Since the game is a sequel, there are many comical references to the previous title: but the developers kept this in mind. At one point during the game, Simon will even stop a character in mid-speech to fill in the gamer. "Not everyone bought the first game you know!" The environments are also much more easily accessed, being the ideal size, so there’s no more useless backtracking or screens anymore.

There were a few things that could have been improved, though. The dialogue audio is sometimes stuffy, and can barely be heard over the music. This is probably one reason why the ability to turn various audio and subtitle aspects on and off was added. When subtitles are in use, sometimes it will cut parts of the speech off entirely, or wait too long before going to a character’s response, which can really throw off the rhythm of a conversation. Due to the fact the game was made in 1995 and isn’t 3D, depth perception can be really poor at times, and it can be difficult to find or even see certain items. Lastly (and attempting not to spoil anything!), the ending is a "to be continued", making it a little less enjoyable than the first.

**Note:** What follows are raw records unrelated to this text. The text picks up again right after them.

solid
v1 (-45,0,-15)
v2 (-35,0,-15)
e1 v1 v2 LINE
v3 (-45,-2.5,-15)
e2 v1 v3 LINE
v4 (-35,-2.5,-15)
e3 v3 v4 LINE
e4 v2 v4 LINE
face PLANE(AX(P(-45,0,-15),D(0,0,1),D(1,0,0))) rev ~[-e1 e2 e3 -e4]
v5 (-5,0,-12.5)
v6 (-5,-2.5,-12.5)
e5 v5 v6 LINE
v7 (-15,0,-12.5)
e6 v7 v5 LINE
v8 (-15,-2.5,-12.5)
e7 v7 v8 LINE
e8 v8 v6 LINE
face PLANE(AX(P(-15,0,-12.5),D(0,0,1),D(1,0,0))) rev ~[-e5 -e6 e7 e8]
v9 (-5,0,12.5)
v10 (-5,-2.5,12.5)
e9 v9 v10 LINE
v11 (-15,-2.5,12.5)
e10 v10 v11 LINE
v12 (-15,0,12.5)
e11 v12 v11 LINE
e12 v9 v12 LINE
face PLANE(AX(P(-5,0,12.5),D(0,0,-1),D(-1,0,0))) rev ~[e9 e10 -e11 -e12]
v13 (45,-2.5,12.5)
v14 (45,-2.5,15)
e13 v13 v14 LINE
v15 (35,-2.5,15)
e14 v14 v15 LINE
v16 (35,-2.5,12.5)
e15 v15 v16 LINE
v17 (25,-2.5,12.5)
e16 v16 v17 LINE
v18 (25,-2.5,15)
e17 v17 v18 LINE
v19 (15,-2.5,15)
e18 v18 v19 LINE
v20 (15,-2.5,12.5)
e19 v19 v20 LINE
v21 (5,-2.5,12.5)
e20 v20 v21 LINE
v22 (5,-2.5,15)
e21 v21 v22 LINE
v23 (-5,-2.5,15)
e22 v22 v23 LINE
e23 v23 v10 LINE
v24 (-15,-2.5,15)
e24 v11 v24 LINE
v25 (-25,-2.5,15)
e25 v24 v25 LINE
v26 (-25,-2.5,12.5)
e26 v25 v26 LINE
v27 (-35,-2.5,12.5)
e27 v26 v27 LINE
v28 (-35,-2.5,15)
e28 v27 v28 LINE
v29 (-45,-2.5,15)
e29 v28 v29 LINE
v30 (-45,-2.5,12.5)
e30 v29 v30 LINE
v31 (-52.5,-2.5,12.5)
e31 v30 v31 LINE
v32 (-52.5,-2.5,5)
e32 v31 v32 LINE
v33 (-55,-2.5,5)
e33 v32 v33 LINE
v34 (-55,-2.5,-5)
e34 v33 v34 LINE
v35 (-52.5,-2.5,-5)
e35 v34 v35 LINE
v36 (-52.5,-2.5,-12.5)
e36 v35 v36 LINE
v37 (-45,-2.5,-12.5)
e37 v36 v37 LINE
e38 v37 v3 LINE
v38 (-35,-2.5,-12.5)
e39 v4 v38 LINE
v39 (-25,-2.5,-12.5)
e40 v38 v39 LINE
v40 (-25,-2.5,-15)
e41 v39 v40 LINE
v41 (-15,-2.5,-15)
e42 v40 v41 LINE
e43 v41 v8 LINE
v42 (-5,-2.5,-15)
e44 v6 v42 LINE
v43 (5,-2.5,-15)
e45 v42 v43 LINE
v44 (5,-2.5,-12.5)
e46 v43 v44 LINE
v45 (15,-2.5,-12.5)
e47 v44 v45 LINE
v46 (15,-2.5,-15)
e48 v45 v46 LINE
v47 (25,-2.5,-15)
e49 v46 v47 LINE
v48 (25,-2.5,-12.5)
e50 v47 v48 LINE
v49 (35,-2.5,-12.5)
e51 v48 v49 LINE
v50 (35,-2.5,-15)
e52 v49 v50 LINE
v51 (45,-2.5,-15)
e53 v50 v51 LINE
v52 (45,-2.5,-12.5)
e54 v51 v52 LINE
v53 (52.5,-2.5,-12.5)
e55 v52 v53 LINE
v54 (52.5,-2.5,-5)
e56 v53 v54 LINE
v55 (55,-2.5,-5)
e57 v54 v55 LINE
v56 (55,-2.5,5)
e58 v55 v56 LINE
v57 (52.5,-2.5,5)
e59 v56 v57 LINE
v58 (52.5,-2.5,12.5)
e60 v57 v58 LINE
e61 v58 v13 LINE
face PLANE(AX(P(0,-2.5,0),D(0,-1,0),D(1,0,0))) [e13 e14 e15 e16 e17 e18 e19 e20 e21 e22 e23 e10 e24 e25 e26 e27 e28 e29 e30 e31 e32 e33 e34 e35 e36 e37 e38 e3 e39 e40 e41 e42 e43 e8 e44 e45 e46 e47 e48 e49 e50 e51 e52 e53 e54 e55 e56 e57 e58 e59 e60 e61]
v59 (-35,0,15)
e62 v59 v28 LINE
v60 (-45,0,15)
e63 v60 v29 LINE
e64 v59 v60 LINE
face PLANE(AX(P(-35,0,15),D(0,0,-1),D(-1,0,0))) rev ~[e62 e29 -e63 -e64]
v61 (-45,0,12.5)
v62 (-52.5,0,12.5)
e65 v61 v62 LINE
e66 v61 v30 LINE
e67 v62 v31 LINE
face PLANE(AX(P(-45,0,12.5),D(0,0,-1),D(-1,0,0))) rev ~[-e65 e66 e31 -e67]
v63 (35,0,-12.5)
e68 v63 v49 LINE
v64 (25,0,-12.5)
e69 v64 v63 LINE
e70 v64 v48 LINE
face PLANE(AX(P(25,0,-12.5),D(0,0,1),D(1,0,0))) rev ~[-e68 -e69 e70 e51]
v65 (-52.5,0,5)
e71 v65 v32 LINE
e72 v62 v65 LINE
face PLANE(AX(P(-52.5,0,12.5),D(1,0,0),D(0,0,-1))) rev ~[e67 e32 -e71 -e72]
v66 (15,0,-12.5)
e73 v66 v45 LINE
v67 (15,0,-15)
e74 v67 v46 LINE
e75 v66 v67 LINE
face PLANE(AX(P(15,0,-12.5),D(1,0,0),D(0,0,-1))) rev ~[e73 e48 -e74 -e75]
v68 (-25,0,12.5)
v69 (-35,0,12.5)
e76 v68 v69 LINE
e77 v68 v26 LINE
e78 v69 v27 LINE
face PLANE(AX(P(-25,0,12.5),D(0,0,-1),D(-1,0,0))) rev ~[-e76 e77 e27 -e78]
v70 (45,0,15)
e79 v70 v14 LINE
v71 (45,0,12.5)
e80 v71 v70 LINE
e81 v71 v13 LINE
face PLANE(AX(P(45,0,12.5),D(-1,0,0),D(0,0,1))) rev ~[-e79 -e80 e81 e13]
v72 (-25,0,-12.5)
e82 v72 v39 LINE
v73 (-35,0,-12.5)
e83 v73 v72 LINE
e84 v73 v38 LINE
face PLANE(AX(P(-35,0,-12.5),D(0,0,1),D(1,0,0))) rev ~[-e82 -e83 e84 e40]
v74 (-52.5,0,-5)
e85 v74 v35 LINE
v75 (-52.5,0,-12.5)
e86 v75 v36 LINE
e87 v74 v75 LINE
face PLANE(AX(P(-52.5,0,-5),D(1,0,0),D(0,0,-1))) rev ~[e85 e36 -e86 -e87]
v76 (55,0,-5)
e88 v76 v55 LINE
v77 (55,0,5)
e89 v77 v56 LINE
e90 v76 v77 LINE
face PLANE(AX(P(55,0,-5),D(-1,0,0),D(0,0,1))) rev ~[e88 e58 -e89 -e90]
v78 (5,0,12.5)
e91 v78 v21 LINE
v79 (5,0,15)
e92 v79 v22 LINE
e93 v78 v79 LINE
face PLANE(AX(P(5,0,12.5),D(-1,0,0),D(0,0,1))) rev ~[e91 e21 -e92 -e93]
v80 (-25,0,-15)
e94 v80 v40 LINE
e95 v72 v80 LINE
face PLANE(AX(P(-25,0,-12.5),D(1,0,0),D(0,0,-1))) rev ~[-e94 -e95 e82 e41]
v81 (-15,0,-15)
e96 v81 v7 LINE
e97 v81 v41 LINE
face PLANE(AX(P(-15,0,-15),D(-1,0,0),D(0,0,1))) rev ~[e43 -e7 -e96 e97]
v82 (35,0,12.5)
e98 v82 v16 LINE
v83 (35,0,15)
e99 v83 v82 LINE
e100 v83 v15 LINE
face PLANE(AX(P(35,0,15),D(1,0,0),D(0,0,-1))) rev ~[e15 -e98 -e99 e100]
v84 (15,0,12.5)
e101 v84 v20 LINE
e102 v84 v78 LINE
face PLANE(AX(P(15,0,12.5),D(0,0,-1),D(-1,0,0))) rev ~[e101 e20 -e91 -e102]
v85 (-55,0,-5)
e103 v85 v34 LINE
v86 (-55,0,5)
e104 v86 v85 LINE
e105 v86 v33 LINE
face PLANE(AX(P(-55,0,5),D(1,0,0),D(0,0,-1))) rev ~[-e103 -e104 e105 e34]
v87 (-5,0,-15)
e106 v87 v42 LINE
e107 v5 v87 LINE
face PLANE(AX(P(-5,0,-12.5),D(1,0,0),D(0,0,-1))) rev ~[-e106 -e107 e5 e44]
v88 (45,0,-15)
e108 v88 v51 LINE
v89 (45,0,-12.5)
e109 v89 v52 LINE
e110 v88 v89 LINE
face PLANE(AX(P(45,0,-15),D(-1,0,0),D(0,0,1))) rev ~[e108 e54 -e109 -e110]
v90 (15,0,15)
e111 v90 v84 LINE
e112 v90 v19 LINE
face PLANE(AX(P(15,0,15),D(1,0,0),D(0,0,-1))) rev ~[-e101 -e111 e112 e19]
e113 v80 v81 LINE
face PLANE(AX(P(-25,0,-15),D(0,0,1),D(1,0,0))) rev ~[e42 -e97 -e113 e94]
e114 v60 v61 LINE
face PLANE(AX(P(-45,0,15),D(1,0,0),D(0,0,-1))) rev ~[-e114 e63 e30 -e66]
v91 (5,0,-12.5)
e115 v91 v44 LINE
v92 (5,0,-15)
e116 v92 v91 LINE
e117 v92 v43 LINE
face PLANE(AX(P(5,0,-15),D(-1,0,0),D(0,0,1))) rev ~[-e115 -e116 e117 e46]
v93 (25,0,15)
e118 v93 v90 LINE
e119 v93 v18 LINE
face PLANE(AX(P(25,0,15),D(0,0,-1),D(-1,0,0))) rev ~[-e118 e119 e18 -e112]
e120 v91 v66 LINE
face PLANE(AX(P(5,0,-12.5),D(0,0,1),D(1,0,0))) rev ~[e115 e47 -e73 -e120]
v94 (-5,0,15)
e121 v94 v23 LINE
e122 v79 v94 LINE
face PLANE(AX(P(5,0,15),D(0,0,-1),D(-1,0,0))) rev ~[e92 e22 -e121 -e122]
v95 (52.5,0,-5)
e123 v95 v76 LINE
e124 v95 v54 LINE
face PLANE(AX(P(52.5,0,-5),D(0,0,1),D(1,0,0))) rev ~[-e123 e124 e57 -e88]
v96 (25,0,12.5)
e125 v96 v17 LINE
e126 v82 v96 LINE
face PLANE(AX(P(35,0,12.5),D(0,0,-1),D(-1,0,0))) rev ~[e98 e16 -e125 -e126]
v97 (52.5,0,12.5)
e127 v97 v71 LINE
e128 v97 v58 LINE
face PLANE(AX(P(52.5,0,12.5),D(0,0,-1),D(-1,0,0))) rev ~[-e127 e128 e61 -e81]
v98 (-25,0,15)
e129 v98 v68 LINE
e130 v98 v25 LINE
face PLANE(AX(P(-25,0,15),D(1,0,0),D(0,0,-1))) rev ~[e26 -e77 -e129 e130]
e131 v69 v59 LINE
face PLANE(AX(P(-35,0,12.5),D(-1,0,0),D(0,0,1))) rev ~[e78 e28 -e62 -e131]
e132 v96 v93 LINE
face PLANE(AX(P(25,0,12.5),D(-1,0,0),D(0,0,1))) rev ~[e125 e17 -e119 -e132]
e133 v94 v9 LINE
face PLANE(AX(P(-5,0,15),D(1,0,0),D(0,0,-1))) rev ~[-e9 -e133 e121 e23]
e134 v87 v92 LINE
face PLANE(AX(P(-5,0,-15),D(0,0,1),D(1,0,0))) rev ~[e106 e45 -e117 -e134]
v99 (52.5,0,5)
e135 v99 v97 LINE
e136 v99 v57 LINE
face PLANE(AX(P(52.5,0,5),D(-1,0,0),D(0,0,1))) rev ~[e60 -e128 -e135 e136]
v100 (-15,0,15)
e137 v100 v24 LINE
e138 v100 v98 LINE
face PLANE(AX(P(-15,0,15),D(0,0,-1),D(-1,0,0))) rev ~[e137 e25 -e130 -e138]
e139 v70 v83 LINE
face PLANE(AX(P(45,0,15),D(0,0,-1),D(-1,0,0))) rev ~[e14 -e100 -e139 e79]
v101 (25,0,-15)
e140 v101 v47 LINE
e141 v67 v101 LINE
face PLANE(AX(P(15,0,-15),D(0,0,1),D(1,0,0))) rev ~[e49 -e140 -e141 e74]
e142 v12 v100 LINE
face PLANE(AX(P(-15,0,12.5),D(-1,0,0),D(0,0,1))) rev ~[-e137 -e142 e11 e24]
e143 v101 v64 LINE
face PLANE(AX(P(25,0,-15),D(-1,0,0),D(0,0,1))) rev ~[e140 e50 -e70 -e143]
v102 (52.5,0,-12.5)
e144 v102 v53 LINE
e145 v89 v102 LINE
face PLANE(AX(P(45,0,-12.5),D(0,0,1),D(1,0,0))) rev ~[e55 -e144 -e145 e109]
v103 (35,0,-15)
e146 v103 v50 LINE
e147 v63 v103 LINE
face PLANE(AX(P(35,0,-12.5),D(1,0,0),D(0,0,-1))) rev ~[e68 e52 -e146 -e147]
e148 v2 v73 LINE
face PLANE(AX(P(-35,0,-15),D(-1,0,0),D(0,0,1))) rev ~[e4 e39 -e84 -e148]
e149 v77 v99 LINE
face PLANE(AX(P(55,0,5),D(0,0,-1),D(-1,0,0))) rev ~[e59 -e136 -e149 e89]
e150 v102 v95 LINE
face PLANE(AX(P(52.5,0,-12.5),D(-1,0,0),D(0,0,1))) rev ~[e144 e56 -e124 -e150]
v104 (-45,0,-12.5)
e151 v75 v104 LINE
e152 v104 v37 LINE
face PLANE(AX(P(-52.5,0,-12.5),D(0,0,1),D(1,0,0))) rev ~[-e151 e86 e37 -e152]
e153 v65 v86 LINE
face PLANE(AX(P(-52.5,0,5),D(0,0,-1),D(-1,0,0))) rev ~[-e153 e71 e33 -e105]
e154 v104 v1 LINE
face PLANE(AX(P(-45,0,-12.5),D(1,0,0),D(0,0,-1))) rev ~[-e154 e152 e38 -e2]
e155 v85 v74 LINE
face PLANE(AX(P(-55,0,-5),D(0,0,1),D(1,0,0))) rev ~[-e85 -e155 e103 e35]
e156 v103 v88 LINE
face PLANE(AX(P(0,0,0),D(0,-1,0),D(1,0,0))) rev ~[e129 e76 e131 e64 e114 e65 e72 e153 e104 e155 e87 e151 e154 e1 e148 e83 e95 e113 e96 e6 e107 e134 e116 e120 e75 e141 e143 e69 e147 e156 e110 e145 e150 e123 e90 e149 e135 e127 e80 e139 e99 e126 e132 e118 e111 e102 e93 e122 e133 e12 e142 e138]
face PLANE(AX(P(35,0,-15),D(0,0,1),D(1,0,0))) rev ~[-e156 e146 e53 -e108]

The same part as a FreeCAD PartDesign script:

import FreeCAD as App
import Part
import Sketcher

V = App.Vector

doc = App.newDocument("Part")
body = doc.addObject("PartDesign::Body", "Body")

sketch1 = body.newObject("Sketcher::SketchObject", "Sketch")
sketch1.AttachmentSupport = (doc.getObject("XZ_Plane"), [""])
sketch1.MapMode = "FlatFace"
sketch1.addGeometry(Part.LineSegment(V(45, 12.5, 0), V(45, 15, 0)), False)
sketch1.addGeometry(Part.LineSegment(V(45, 15, 0), V(35, 15, 0)), False)
sketch1.addGeometry(Part.LineSegment(V(35, 15, 0), V(35, 12.5, 0)), False)
sketch1.addGeometry(Part.LineSegment(V(35, 12.5, 0), V(25, 12.5, 0)), False)
sketch1.addGeometry(Part.LineSegment(V(25, 12.5, 0), V(25, 15, 0)), False)
sketch1.addGeometry(Part.LineSegment(V(25, 15, 0), V(15, 15, 0)), False)
sketch1.addGeometry(Part.LineSegment(V(15, 15, 0), V(15, 12.5, 0)), False)
sketch1.addGeometry(Part.LineSegment(V(15, 12.5, 0), V(5, 12.5, 0)), False)
sketch1.addGeometry(Part.LineSegment(V(5, 12.5, 0), V(5, 15, 0)), False)
sketch1.addGeometry(Part.LineSegment(V(5, 15, 0), V(-5, 15, 0)), False)
sketch1.addGeometry(Part.LineSegment(V(-5, 15, 0), V(-5, 12.5, 0)), False)
sketch1.addGeometry(Part.LineSegment(V(-5, 12.5, 0), V(-15, 12.5, 0)), False)
sketch1.addGeometry(Part.LineSegment(V(-15, 12.5, 0), V(-15, 15, 0)), False)
sketch1.addGeometry(Part.LineSegment(V(-15, 15, 0), V(-25, 15, 0)), False)
sketch1.addGeometry(Part.LineSegment(V(-25, 15, 0), V(-25, 12.5, 0)), False)
sketch1.addGeometry(Part.LineSegment(V(-25, 12.5, 0), V(-35, 12.5, 0)), False)
sketch1.addGeometry(Part.LineSegment(V(-35, 12.5, 0), V(-35, 15, 0)), False)
sketch1.addGeometry(Part.LineSegment(V(-35, 15, 0), V(-45, 15, 0)), False)
sketch1.addGeometry(Part.LineSegment(V(-45, 15, 0), V(-45, 12.5, 0)), False)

Yet Simon the Sorcerer II is definitely a game that delivers. It’s quite accurate to add that it is one of a select group of sequels that can be considered just as good, if not better than the first game. This game would naturally appeal to anyone who’s played Simon the Sorcerer, but newcomers would also enjoy it. Anyone who appreciates a bit of cynical humor, fairy tales, or adventures (or a combination!) would quickly find themselves having fun and laughing with this creative title.

For similar games, try Simon the Sorcerer, The Tales of Bingwood: To Save a Princess, and Mean Streets.